Our 9th annual collaborative haunt came off without a hitch! We kept the vampire mausoleum theme for the third year, making some changes to keep it fresh. We were able to use a portion of our neighbors yard to expand our cemetery. The addition of a few more live actors really made for some great interaction with our visitors. The best of these was lewlew seated in the throne. He had some awesome scares and the scene was movie set quality. Great weather, an appreciative crowd of close to 500, and a fun cast of characters made for one of the best Halloweens ever!


----------



## jdubbya (Nov 6, 2005)

More


----------



## jdubbya (Nov 6, 2005)

More


----------



## jdubbya (Nov 6, 2005)

Walk through videos taken a couple hours before TOT hours and a couple hours after. The night video is eerily quiet but gives a good view of what the visitors saw.


----------



## stick (Jan 21, 2009)

Looks great as always. I look forward to seeing what you and lewlew have creative for the season.


----------



## RoxyBlue (Oct 6, 2008)

So if that was lewlew on the throne, it must have been you on the hearse

Absolutely superbly done! The entire display looks like a movie set, and your little cemetery remains #1 on my list of favorites. I love the two sentries by the front steps, and the use of a projection inside the hearse is way cool.


----------



## The Haddonfield Slasher (4 mo ago)

So excellent! I haven't seen your previous years, but this one is fantastic. I love the use of the area between your houses. The whole setup with the thrown is very cool. And the tight areas of the cemetery, while out of necessity due to space, gives a very cool New Orleans cemetery feel. Absolutely love it. You prove that you don't need tons of front yard space to have a fricken cool cemetery. 

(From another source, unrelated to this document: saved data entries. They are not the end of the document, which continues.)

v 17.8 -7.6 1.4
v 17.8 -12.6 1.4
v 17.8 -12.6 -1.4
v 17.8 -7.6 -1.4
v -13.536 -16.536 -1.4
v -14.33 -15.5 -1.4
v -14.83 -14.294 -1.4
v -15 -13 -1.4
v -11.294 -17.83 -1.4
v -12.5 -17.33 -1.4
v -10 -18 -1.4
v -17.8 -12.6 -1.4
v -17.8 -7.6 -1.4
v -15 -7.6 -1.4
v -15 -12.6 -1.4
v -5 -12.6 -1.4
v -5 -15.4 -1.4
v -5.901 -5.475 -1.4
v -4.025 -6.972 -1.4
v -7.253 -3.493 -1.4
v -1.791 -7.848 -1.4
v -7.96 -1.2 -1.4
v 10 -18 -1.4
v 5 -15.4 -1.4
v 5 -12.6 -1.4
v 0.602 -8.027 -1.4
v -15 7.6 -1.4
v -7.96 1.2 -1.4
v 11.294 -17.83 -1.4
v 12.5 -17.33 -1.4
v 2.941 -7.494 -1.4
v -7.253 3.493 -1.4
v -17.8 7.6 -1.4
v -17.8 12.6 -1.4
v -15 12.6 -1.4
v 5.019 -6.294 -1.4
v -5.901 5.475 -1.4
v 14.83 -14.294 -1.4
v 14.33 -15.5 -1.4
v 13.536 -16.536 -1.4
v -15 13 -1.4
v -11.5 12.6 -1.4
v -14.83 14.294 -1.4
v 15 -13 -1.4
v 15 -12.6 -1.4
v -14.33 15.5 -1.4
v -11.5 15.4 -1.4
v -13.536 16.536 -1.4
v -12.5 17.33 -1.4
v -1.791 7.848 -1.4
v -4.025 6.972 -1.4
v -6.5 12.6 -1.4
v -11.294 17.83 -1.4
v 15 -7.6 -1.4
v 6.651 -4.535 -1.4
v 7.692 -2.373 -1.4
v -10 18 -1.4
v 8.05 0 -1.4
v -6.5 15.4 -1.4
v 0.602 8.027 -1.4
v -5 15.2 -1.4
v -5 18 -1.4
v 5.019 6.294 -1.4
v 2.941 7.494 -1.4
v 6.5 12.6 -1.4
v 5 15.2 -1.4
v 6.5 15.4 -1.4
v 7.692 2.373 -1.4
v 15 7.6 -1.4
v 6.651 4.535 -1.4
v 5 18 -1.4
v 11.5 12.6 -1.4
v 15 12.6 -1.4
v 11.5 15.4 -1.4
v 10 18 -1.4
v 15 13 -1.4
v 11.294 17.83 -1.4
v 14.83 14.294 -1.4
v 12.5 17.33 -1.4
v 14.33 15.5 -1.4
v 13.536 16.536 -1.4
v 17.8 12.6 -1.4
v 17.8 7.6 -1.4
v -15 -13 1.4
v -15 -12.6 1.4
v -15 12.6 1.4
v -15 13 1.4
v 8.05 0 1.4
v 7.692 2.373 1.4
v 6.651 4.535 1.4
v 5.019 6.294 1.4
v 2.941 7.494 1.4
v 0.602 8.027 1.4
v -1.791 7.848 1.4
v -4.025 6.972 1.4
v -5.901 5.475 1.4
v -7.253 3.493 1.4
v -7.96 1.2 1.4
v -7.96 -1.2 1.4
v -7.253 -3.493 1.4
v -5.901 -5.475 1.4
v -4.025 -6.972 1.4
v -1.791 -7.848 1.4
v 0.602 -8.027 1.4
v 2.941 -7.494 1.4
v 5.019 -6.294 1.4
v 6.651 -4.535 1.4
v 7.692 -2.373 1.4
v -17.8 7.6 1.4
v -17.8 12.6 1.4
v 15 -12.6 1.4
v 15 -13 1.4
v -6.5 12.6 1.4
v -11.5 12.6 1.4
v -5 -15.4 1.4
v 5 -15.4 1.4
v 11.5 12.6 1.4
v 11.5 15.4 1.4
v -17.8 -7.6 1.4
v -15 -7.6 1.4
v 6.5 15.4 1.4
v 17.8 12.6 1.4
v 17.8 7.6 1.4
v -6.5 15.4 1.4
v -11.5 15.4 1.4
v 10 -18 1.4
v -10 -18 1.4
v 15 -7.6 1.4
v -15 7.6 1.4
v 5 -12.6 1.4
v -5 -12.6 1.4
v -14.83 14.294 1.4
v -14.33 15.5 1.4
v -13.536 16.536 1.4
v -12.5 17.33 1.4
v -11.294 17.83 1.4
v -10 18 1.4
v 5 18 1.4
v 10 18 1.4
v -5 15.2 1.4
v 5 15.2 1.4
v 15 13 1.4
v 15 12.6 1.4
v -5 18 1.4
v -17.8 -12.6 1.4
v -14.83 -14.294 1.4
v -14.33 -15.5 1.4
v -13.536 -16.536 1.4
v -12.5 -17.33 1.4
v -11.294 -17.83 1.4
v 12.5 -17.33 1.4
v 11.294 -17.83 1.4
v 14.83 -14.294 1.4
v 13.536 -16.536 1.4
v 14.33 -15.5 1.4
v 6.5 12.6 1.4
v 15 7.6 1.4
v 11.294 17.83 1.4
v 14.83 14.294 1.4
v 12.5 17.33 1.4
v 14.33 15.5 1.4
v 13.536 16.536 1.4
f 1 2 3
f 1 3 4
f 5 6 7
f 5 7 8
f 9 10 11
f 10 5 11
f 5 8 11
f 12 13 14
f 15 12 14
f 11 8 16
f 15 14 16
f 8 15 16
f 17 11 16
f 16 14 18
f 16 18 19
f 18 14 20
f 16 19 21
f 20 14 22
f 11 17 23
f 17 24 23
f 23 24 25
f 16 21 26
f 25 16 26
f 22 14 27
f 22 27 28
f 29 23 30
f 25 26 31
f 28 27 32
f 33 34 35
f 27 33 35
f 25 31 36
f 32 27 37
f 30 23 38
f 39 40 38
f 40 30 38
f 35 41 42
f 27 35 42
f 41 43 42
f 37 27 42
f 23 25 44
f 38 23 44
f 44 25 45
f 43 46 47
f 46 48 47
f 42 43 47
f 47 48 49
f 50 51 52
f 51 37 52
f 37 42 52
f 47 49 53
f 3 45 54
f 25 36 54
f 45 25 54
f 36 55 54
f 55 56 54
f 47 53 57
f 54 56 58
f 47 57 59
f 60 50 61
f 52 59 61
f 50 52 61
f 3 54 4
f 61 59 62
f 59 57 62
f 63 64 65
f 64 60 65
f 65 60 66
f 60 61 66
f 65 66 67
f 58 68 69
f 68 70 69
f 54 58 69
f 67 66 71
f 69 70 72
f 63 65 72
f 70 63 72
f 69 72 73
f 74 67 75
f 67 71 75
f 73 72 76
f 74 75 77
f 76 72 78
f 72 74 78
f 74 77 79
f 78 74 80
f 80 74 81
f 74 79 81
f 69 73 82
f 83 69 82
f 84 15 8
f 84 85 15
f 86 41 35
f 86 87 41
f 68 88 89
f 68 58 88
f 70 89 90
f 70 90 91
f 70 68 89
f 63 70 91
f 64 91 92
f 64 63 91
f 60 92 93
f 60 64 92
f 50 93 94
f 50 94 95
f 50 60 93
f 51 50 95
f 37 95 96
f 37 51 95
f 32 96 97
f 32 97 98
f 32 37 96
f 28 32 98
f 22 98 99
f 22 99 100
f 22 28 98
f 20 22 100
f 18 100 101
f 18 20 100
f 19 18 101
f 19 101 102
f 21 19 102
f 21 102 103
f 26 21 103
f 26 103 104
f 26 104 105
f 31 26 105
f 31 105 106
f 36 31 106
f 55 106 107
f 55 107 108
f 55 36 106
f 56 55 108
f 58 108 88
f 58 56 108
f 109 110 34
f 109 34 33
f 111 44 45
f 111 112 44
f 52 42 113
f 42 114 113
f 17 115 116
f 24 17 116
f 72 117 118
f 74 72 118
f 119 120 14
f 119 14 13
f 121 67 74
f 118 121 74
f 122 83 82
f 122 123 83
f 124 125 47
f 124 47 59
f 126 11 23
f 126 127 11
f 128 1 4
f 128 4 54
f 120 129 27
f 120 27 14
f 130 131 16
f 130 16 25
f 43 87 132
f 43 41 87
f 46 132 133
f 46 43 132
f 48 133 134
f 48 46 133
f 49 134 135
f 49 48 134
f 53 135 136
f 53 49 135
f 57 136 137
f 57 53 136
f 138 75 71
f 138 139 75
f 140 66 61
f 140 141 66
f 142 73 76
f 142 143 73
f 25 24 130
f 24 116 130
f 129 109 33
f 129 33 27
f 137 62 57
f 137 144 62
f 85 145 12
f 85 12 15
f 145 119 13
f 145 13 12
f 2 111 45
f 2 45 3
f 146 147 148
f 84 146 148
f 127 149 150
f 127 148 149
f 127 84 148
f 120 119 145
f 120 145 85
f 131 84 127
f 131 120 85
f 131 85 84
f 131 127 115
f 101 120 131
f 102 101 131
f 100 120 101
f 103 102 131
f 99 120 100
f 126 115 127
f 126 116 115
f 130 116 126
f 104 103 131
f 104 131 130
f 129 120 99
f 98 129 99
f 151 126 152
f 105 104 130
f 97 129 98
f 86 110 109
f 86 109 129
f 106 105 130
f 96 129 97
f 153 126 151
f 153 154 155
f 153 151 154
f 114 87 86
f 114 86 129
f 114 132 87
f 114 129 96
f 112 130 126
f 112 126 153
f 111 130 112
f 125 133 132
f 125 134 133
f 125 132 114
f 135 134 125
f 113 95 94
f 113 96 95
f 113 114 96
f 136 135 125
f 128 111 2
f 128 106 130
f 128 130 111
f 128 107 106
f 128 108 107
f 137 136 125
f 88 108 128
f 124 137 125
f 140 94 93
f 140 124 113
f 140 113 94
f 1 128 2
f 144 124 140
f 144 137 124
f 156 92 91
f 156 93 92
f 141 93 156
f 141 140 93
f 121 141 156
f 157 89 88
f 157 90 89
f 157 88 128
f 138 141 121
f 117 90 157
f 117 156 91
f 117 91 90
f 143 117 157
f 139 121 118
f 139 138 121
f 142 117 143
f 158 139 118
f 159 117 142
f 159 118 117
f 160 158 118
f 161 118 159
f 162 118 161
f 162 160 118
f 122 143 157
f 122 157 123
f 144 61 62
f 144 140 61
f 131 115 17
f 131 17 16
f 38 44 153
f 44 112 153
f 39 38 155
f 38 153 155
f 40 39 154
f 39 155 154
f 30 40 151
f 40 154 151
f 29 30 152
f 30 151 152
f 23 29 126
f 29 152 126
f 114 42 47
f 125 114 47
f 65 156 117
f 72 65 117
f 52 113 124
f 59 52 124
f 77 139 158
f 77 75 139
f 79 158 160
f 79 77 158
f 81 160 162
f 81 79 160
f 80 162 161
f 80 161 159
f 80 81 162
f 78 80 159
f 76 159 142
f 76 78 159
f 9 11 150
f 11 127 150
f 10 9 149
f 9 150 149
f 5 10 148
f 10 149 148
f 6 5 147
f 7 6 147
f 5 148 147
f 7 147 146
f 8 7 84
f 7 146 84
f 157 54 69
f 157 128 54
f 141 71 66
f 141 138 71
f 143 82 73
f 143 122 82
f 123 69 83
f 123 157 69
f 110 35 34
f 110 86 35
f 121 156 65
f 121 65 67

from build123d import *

# Parameters (mm, degrees)
SKETCH_1_R      = 8.05
SKETCH_1_W      = 10
SKETCH_1_H      = 2.8
SKETCH_1_W_2    = 5
EXTRUDE_1_DEPTH = 1.4
FILLET_1_R      = 5


with BuildPart() as part:
    # Эскиз1 → Бобышка-Вытянуть1 (new, symmetric)
    with BuildSketch(Plane.XY):
        Polygon((-15, 12.6), (-17.8, 12.6), (-17.8, 7.6), (-15, 7.6), (-15, -7.6), (-17.8, -7.6), (-17.8, -12.6), (-15, -12.6), (-15, -18), (15, -18), (15, -12.6), (17.8, -12.6), (17.8, -7.6), (15, -7.6), (15, 7.6), (17.8, 7.6), (17.8, 12.6), (15, 12.6), (15, 18), (5, 18), (5, 15.2), (-5, 15.2), (-5, 18), (-15, 18), align=None)
        Circle(SKETCH_1_R, mode=Mode.SUBTRACT)
        with Locations((0, -14)):
            Rectangle(SKETCH_1_W, SKETCH_1_H, mode=Mode.SUBTRACT)
        with Locations((9, 14)):
            Rectangle(SKETCH_1_W_2, SKETCH_1_H, mode=Mode.SUBTRACT)
        with Locations((-9, 14)):
            Rectangle(SKETCH_1_W_2, SKETCH_1_H, mode=Mode.SUBTRACT)
    extrude(amount=EXTRUDE_1_DEPTH, both=True)

    # Скругление1
    fillet_1_edges = [part.edges().sort_by_distance(p)[0] for p in [
        (15, 18, 0),
        (15, -18, 0),
        (-15, -18, 0),
        (-15, 18, 0),
    ]]
    fillet(fillet_1_edges, radius=FILLET_1_R)


solid = part.part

Simple question for you. Are your Jack's lit with candles or something else? Love the look, but if they're real candles, I wouldn't have the patience to go out and light them every night, and monitor for when they go out. Just wondering if they're lit some other way that I could learn from you.


----------



## jdubbya (Nov 6, 2005)

RoxyBlue said:


> So if that was lewlew on the throne, it must have been you on the hearse
> 
> Absolutely superbly done! The entire display looks like a movie set, and your little cemetery remains #1 on my list of favorites. I love the two sentries by the front steps, and the use of a projection inside the hearse is way cool.


Me on the hearse?! Why I oughta... Thanks for the compliments! It was so much fun putting this all together. Lewlew was great on the throne and got some fantastic reactions. We loved being able to expand our footprint a little bit this year. It all came together nicely and we had a great cast of actors to round it all out!


----------



## jdubbya (Nov 6, 2005)

The Haddonfield Slasher said:


> So excellent! I haven't seen your previous years, but this one is fantastic. I love the use of the area between your houses. The whole setup with the thrown is very cool. And the tight areas of the cemetery, while out of necessity due to space, gives a very cool New Orleans cemetery feel. Absolutely love it. You prove that you don't need tons of front yard space to have a fricken cool cemetery.
> 
> Simple question for you. Are your Jack's lit with candles or something else? Love the look, but if they're real candles, I wouldn't have the patience to go out and light them every night, and monitor for when they go out. Just wondering if they're lit some other way that I could learn from you.


Thanks very much! We do have a limited space but manage to use pretty much every inch of it. The challenge is sometimes keeping it cohesive but having themed haunts makes this easier. The jacks are lit with real candles, always! Since we only run our haunt to the public on Halloween night, (maybe a friends and family night), using candles isn't much of a problem. I let them burn out on their own (little tradition of mine). The last thing I do before turning in on Halloween night, which is usually around 1-2 AM , is go outside one last time to see if they have burned out. If not, I let them go.


----------



## Greg G (Nov 4, 2012)

The vampire on the throne is absolutely excellent. Perfect purplish paleness. Looks like right out of a horror movie.


----------



## jdubbya (Nov 6, 2005)

Greg G said:


> The vampire on the throne is absolutely excellent. Perfect purplish paleness. Looks like right out of a horror movie.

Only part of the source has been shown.